*Provided records*:
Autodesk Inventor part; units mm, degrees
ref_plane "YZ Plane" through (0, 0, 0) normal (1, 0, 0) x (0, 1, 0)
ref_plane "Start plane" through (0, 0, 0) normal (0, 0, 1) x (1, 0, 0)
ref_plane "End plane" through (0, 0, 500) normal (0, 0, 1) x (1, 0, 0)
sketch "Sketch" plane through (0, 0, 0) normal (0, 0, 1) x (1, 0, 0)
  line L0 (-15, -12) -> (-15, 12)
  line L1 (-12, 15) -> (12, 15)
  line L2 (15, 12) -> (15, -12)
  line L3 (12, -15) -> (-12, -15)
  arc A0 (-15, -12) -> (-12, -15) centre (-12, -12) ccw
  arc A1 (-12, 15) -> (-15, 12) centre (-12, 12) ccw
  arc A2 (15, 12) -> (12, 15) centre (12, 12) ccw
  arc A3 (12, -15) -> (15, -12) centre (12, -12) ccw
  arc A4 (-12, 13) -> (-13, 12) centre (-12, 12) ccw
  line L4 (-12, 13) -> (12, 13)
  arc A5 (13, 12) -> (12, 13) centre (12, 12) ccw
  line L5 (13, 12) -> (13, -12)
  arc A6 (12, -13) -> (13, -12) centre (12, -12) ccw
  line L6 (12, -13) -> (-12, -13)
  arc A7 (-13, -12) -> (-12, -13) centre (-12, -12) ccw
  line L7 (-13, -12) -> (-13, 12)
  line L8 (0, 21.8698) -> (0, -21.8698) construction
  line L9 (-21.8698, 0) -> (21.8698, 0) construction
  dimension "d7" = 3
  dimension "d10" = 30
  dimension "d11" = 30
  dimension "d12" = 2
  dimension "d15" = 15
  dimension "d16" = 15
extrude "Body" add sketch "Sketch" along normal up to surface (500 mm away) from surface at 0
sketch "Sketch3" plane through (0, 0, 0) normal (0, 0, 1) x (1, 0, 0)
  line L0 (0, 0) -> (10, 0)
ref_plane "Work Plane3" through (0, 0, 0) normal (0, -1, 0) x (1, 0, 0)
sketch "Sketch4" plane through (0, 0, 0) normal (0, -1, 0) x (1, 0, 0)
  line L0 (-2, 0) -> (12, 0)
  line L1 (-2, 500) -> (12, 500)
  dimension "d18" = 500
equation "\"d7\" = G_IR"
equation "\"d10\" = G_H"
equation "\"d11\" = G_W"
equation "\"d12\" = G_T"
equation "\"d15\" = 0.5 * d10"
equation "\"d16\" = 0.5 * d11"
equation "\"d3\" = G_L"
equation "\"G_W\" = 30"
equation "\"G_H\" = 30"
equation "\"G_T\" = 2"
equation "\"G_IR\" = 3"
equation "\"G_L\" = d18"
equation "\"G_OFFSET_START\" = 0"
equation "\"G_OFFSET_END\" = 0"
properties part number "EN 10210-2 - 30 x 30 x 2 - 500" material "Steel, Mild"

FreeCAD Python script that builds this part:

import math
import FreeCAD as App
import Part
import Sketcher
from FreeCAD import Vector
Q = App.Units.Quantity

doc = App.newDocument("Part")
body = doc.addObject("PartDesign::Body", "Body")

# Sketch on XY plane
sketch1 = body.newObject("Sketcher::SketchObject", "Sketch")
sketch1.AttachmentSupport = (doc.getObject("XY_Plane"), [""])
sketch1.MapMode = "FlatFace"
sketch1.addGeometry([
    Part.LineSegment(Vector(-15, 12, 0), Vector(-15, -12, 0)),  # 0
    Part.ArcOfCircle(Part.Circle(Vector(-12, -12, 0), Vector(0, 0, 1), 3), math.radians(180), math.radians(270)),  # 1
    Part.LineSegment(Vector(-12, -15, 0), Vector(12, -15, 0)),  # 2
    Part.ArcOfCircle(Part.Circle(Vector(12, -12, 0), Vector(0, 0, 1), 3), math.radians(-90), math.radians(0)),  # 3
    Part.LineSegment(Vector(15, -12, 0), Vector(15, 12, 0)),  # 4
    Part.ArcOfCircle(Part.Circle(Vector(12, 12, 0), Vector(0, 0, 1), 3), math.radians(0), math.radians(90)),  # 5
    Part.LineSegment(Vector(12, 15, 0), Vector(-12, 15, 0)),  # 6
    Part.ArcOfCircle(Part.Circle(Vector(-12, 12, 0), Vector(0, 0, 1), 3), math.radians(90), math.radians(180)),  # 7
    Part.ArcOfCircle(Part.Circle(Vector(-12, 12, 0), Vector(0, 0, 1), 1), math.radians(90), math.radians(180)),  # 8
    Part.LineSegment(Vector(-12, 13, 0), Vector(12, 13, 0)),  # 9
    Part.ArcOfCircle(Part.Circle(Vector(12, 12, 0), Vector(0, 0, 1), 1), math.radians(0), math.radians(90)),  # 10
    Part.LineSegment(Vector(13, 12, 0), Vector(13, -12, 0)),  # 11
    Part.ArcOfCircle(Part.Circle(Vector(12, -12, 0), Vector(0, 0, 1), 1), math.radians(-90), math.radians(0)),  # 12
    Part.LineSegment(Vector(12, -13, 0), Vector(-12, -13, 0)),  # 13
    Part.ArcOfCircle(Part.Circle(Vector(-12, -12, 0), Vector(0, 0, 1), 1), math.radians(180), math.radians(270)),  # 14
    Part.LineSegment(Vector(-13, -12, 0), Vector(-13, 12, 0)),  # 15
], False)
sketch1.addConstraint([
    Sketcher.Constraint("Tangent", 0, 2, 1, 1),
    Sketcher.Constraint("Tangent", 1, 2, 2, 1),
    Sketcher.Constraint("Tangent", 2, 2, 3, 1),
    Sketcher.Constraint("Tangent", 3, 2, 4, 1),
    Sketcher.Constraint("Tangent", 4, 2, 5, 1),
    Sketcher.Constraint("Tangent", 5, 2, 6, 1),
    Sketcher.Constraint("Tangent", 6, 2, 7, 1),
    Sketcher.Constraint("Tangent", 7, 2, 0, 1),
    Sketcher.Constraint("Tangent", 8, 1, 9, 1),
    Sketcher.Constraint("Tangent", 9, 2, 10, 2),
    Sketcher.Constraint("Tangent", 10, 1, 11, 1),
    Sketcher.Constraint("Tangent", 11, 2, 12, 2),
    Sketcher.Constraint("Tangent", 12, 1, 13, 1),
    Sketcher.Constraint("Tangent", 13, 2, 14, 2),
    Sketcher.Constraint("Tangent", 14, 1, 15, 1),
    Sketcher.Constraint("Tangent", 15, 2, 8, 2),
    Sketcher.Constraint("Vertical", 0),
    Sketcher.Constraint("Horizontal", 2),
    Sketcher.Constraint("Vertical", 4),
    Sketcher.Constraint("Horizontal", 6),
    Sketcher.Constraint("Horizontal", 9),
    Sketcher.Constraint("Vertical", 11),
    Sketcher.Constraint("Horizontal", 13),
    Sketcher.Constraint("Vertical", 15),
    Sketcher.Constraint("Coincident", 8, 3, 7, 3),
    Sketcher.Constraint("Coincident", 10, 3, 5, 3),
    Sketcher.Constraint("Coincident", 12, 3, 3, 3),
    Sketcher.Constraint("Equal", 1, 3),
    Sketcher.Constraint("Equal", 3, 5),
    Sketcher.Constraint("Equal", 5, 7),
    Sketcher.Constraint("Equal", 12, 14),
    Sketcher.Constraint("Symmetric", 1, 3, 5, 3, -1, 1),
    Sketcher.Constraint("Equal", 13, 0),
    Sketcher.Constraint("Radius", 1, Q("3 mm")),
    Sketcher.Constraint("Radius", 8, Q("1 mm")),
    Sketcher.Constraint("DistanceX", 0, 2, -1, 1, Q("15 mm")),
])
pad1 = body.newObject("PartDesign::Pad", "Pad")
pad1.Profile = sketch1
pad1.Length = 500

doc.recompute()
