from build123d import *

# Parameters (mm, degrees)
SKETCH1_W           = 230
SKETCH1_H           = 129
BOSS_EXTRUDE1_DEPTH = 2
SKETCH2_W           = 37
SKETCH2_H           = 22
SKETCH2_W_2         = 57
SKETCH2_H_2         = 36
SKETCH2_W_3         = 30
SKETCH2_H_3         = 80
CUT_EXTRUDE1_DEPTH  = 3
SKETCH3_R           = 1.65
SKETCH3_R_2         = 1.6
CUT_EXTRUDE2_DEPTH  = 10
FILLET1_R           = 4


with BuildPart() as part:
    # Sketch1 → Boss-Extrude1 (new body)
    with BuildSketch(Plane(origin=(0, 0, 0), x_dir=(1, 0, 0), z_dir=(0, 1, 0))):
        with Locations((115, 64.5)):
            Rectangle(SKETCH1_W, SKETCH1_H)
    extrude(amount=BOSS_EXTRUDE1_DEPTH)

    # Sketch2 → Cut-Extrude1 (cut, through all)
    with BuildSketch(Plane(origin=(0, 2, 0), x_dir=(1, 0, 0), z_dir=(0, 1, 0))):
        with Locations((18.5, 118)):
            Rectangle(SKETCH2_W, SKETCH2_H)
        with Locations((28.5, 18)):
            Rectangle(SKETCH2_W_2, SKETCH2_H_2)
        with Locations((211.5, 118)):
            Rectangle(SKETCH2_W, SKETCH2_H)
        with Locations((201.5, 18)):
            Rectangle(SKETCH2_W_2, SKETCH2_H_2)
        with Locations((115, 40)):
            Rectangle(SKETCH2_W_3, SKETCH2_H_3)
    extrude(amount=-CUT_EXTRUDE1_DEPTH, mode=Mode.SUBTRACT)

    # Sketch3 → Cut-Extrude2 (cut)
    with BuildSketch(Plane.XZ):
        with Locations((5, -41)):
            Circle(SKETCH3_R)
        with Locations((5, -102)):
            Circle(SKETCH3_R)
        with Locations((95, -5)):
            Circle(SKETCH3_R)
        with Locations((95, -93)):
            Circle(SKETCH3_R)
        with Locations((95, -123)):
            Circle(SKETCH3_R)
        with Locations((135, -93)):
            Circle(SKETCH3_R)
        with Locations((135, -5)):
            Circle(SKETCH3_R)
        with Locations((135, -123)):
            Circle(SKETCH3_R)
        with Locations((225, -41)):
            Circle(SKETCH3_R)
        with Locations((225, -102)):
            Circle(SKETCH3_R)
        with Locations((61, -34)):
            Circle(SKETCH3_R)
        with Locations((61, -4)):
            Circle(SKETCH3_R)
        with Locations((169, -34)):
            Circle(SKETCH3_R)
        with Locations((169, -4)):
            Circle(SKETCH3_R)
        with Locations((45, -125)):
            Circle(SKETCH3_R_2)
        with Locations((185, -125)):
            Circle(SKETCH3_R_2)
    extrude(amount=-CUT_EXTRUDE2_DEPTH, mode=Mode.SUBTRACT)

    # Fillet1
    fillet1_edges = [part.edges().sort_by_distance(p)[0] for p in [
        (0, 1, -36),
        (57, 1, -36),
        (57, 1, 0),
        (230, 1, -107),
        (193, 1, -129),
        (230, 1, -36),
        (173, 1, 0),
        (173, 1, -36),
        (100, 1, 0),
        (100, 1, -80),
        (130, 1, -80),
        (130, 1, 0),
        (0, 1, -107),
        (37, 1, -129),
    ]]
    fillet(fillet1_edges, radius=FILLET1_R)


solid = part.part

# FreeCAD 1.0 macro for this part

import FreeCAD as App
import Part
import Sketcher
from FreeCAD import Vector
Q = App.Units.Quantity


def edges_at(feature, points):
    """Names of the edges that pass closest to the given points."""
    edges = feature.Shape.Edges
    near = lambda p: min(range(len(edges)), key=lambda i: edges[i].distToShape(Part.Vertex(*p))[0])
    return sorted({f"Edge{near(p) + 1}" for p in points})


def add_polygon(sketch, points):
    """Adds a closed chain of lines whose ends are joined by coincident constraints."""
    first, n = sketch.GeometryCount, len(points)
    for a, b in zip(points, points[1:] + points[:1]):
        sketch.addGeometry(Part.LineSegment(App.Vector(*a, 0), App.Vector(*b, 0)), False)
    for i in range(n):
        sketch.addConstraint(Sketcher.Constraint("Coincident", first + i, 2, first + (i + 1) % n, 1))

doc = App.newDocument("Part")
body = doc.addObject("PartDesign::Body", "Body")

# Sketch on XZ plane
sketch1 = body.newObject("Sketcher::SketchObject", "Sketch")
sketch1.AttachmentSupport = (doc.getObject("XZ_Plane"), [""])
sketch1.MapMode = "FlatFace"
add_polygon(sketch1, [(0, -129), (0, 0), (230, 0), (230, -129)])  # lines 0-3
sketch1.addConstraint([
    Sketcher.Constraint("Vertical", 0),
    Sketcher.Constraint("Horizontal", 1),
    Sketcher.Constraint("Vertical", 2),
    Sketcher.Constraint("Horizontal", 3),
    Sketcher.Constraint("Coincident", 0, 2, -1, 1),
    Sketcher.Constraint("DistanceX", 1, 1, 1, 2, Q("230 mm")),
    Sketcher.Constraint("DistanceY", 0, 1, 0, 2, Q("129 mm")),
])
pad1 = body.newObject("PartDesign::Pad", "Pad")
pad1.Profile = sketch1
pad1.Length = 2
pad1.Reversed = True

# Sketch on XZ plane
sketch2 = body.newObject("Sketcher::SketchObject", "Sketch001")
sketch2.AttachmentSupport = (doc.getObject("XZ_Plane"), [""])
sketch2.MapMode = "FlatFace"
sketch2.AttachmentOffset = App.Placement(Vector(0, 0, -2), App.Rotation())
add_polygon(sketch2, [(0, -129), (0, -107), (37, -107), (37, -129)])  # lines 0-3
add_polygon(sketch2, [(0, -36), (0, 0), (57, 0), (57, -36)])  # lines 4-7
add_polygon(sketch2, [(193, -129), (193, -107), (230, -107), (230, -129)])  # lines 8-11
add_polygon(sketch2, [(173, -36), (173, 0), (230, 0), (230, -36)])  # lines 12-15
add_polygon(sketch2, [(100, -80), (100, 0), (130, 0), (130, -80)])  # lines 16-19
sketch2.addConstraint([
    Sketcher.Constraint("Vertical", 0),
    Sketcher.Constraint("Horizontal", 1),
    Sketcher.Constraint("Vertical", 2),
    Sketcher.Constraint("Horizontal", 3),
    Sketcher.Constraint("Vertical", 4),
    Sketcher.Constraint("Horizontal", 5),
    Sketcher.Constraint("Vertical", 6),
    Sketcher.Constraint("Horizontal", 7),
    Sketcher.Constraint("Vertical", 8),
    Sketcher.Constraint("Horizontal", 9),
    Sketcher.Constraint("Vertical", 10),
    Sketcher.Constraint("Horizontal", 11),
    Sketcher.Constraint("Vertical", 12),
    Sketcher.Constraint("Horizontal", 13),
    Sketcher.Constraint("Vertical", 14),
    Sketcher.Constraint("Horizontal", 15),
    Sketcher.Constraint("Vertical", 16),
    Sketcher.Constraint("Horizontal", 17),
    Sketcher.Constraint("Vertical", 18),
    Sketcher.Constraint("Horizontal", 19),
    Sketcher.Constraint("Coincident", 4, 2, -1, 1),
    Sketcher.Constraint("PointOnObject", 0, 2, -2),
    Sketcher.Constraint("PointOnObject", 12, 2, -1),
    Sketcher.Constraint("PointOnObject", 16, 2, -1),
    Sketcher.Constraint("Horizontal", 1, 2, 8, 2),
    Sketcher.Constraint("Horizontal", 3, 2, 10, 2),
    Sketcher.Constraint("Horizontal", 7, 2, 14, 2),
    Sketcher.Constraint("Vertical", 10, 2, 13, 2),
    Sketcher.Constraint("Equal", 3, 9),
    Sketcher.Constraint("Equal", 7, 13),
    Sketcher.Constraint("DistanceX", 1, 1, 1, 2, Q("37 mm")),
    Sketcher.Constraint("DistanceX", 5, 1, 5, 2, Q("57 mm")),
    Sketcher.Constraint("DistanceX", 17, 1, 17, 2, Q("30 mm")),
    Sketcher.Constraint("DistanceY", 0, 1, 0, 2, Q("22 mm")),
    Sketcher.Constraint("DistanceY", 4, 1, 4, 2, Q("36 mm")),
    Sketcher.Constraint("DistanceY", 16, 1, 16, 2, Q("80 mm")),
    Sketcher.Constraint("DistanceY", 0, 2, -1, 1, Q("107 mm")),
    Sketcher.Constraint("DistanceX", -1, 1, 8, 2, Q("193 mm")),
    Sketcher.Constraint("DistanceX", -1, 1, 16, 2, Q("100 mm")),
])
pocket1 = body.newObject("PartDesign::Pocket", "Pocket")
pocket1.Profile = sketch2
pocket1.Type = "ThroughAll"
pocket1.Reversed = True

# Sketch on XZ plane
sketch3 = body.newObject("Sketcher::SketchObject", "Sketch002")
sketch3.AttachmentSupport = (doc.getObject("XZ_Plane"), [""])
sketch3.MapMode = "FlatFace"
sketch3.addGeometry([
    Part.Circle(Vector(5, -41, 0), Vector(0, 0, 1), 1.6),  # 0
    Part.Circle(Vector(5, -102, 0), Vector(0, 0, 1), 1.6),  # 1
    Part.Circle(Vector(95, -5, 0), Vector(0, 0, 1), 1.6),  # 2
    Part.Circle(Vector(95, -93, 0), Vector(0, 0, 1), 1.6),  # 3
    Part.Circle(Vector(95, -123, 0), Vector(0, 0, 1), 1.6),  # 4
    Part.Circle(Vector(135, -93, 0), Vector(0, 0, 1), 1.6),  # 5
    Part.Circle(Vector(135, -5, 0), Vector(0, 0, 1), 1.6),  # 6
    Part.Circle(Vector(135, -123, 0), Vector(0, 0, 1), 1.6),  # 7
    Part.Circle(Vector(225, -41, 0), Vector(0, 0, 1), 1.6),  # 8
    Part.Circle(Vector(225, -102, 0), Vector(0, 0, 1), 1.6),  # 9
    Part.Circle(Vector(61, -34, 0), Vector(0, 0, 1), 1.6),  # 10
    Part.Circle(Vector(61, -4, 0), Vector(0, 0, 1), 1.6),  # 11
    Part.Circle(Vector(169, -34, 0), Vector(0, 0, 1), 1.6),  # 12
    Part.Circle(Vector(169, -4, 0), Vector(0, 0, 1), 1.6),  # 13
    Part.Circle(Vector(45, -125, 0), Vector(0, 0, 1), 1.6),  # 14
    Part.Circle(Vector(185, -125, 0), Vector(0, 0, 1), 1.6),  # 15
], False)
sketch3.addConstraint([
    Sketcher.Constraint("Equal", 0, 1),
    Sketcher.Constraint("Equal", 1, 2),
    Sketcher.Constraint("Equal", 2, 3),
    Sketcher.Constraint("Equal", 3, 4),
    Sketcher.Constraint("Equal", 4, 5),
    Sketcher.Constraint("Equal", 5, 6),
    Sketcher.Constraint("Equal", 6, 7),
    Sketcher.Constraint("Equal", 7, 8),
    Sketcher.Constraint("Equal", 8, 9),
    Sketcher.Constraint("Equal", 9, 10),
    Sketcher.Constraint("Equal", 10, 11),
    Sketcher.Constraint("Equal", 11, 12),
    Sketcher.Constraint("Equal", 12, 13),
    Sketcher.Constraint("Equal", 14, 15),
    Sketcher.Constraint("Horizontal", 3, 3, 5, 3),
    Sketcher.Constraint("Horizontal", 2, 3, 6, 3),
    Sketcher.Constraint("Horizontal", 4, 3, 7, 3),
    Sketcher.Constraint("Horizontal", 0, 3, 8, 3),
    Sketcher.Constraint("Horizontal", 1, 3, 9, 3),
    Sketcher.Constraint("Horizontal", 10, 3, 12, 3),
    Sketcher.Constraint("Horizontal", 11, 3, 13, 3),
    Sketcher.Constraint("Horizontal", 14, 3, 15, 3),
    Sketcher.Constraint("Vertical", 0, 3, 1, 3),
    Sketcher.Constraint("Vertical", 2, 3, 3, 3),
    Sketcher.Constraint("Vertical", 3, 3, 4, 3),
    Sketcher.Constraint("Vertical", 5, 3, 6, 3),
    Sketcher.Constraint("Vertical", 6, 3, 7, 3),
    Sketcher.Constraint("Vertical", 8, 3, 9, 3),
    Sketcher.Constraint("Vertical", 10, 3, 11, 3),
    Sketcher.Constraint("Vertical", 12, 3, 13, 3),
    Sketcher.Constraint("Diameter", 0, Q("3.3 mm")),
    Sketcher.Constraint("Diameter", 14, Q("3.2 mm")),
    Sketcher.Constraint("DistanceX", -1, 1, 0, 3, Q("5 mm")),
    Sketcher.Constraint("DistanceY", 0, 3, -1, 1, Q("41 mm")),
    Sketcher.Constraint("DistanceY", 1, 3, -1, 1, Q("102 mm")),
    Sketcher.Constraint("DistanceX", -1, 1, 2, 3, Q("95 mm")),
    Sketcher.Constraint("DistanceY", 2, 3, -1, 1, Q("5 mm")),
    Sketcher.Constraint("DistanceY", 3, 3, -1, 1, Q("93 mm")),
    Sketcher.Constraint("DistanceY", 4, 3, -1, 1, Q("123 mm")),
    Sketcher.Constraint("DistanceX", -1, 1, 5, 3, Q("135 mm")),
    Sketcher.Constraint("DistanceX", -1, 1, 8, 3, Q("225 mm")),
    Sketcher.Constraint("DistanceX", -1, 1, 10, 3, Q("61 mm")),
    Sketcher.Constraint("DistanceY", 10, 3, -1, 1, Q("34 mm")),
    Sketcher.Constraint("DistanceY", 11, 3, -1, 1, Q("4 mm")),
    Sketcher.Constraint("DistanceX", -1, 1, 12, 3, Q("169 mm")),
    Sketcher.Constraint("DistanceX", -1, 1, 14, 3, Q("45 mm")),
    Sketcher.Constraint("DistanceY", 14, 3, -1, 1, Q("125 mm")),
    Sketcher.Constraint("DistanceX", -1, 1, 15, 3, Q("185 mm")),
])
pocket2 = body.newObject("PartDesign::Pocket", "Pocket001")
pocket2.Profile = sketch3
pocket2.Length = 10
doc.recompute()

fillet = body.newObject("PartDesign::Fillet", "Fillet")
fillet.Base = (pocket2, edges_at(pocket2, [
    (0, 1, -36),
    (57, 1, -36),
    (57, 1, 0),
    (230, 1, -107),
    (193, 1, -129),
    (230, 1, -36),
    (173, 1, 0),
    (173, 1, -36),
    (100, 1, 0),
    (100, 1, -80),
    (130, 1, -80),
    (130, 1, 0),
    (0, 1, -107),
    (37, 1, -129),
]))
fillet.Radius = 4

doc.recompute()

*Task statement*: Starting with the line that holds "fillet1_edges = [part.edges().sort_by_distance(p)[0]" and ending with the line that holds "solid = part.part", retype every line in the data above exactly, and nothing else.

*Solution for this problem*:
    fillet1_edges = [part.edges().sort_by_distance(p)[0] for p in [
        (0, 1, -36),
        (57, 1, -36),
        (57, 1, 0),
        (230, 1, -107),
        (193, 1, -129),
        (230, 1, -36),
        (173, 1, 0),
        (173, 1, -36),
        (100, 1, 0),
        (100, 1, -80),
        (130, 1, -80),
        (130, 1, 0),
        (0, 1, -107),
        (37, 1, -129),
    ]]
    fillet(fillet1_edges, radius=FILLET1_R)


solid = part.part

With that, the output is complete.